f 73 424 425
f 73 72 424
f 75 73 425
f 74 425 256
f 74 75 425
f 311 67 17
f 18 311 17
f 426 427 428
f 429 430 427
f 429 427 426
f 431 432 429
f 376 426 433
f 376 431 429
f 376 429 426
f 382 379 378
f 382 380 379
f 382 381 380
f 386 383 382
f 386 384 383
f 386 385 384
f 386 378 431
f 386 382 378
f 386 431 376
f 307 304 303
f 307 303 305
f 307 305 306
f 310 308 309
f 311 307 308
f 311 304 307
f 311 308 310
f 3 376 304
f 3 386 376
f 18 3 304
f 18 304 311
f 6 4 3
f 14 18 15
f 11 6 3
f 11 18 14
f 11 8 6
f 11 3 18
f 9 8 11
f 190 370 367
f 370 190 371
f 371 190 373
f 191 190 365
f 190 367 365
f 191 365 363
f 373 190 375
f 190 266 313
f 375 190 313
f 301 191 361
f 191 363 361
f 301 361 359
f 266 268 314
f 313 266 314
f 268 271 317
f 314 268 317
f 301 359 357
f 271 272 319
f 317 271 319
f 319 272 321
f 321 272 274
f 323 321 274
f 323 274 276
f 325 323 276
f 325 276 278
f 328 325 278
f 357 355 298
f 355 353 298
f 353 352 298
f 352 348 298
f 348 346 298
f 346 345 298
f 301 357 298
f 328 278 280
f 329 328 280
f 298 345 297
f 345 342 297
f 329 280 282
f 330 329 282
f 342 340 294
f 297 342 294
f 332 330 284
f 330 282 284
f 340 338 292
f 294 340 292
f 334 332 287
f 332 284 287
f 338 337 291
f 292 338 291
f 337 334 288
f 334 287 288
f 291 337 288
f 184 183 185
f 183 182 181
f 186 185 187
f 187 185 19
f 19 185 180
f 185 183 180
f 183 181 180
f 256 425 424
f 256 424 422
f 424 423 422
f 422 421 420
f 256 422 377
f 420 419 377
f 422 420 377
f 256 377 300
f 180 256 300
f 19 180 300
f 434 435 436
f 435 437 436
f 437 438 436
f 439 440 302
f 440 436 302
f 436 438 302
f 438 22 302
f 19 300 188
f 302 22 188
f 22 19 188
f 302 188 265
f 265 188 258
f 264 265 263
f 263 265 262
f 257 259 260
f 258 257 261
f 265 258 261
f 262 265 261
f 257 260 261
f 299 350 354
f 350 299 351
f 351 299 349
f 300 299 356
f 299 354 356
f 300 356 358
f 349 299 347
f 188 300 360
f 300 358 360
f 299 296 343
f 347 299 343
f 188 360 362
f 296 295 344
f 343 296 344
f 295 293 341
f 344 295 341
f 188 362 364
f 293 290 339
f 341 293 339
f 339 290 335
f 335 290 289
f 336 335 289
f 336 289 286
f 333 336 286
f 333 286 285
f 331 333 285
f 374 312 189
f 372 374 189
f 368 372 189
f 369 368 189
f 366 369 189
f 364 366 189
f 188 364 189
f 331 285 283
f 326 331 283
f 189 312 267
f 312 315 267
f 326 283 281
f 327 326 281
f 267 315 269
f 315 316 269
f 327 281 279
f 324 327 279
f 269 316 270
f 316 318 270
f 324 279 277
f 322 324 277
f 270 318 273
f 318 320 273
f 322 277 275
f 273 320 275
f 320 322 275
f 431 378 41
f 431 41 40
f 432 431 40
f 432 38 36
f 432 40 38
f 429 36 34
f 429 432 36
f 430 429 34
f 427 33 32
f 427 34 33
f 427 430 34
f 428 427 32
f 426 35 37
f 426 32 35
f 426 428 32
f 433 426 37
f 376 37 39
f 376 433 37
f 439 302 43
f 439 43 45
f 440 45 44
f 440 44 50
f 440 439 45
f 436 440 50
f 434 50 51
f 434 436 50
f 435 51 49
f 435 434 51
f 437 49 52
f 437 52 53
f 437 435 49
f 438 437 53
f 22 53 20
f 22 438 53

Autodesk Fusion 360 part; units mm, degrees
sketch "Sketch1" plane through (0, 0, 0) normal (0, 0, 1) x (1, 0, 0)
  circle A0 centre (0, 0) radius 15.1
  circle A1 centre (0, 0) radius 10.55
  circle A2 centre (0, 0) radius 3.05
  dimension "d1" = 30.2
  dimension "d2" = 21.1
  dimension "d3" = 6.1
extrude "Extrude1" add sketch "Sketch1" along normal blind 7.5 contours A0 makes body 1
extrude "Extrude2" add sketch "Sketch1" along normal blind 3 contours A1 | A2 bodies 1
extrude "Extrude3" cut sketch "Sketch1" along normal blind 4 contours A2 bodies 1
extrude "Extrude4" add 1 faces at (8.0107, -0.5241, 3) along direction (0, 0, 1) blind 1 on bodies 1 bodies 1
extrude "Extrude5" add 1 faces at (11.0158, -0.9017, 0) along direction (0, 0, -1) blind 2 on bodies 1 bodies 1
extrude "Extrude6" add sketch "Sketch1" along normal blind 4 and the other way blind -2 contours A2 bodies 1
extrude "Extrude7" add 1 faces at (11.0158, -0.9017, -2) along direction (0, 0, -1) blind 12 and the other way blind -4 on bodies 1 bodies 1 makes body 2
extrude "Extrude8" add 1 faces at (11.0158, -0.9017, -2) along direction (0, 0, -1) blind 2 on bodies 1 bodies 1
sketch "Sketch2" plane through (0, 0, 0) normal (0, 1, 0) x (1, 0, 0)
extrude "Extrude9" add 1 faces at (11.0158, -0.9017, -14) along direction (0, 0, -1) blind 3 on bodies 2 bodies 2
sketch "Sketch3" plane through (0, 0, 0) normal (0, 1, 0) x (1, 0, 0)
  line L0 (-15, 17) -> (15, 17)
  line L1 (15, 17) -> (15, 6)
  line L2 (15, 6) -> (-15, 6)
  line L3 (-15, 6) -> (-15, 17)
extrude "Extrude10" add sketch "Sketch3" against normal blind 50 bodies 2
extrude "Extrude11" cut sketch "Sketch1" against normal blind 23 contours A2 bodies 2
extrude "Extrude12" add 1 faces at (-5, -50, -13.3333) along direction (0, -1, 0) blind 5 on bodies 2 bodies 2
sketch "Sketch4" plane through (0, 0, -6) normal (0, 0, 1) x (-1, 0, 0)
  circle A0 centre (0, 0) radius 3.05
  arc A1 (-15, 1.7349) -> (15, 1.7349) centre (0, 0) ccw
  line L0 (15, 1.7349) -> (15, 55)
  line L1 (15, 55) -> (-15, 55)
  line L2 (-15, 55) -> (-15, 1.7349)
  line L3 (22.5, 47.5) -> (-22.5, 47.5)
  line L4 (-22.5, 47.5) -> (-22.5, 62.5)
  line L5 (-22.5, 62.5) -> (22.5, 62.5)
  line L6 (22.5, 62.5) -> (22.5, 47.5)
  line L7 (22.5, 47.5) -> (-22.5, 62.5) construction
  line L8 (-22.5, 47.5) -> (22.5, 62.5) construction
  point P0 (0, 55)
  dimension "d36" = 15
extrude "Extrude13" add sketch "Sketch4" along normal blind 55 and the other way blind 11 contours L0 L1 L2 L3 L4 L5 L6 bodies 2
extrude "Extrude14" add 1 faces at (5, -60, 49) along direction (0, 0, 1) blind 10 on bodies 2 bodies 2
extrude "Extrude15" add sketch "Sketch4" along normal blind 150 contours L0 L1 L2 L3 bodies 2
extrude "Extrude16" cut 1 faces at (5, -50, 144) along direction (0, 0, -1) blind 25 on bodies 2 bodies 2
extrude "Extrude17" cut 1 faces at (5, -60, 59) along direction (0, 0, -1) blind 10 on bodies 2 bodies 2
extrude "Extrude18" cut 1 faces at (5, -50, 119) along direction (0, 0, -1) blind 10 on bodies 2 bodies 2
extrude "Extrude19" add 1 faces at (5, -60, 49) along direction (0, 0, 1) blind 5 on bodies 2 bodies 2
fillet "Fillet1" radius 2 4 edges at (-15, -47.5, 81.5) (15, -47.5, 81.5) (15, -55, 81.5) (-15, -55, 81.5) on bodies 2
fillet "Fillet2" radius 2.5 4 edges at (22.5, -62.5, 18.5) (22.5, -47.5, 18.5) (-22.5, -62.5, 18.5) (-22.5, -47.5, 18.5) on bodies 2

****

**EXERCISE:** Give back the records above exactly, limited to the lines between the one holding "f 382 379 378" and the one holding "f 336 289 286", inclusive.

**SOLVED PROBLEM:**
f 382 379 378
f 382 380 379
f 382 381 380
f 386 383 382
f 386 384 383
f 386 385 384
f 386 378 431
f 386 382 378
f 386 431 376
f 307 304 303
f 307 303 305
f 307 305 306
f 310 308 309
f 311 307 308
f 311 304 307
f 311 308 310
f 3 376 304
f 3 386 376
f 18 3 304
f 18 304 311
f 6 4 3
f 14 18 15
f 11 6 3
f 11 18 14
f 11 8 6
f 11 3 18
f 9 8 11
f 190 370 367
f 370 190 371
f 371 190 373
f 191 190 365
f 190 367 365
f 191 365 363
f 373 190 375
f 190 266 313
f 375 190 313
f 301 191 361
f 191 363 361
f 301 361 359
f 266 268 314
f 313 266 314
f 268 271 317
f 314 268 317
f 301 359 357
f 271 272 319
f 317 271 319
f 319 272 321
f 321 272 274
f 323 321 274
f 323 274 276
f 325 323 276
f 325 276 278
f 328 325 278
f 357 355 298
f 355 353 298
f 353 352 298
f 352 348 298
f 348 346 298
f 346 345 298
f 301 357 298
f 328 278 280
f 329 328 280
f 298 345 297
f 345 342 297
f 329 280 282
f 330 329 282
f 342 340 294
f 297 342 294
f 332 330 284
f 330 282 284
f 340 338 292
f 294 340 292
f 334 332 287
f 332 284 287
f 338 337 291
f 292 338 291
f 337 334 288
f 334 287 288
f 291 337 288
f 184 183 185
f 183 182 181
f 186 185 187
f 187 185 19
f 19 185 180
f 185 183 180
f 183 181 180
f 256 425 424
f 256 424 422
f 424 423 422
f 422 421 420
f 256 422 377
f 420 419 377
f 422 420 377
f 256 377 300
f 180 256 300
f 19 180 300
f 434 435 436
f 435 437 436
f 437 438 436
f 439 440 302
f 440 436 302
f 436 438 302
f 438 22 302
f 19 300 188
f 302 22 188
f 22 19 188
f 302 188 265
f 265 188 258
f 264 265 263
f 263 265 262
f 257 259 260
f 258 257 261
f 265 258 261
f 262 265 261
f 257 260 261
f 299 350 354
f 350 299 351
f 351 299 349
f 300 299 356
f 299 354 356
f 300 356 358
f 349 299 347
f 188 300 360
f 300 358 360
f 299 296 343
f 347 299 343
f 188 360 362
f 296 295 344
f 343 296 344
f 295 293 341
f 344 295 341
f 188 362 364
f 293 290 339
f 341 293 339
f 339 290 335
f 335 290 289
f 336 335 289
f 336 289 286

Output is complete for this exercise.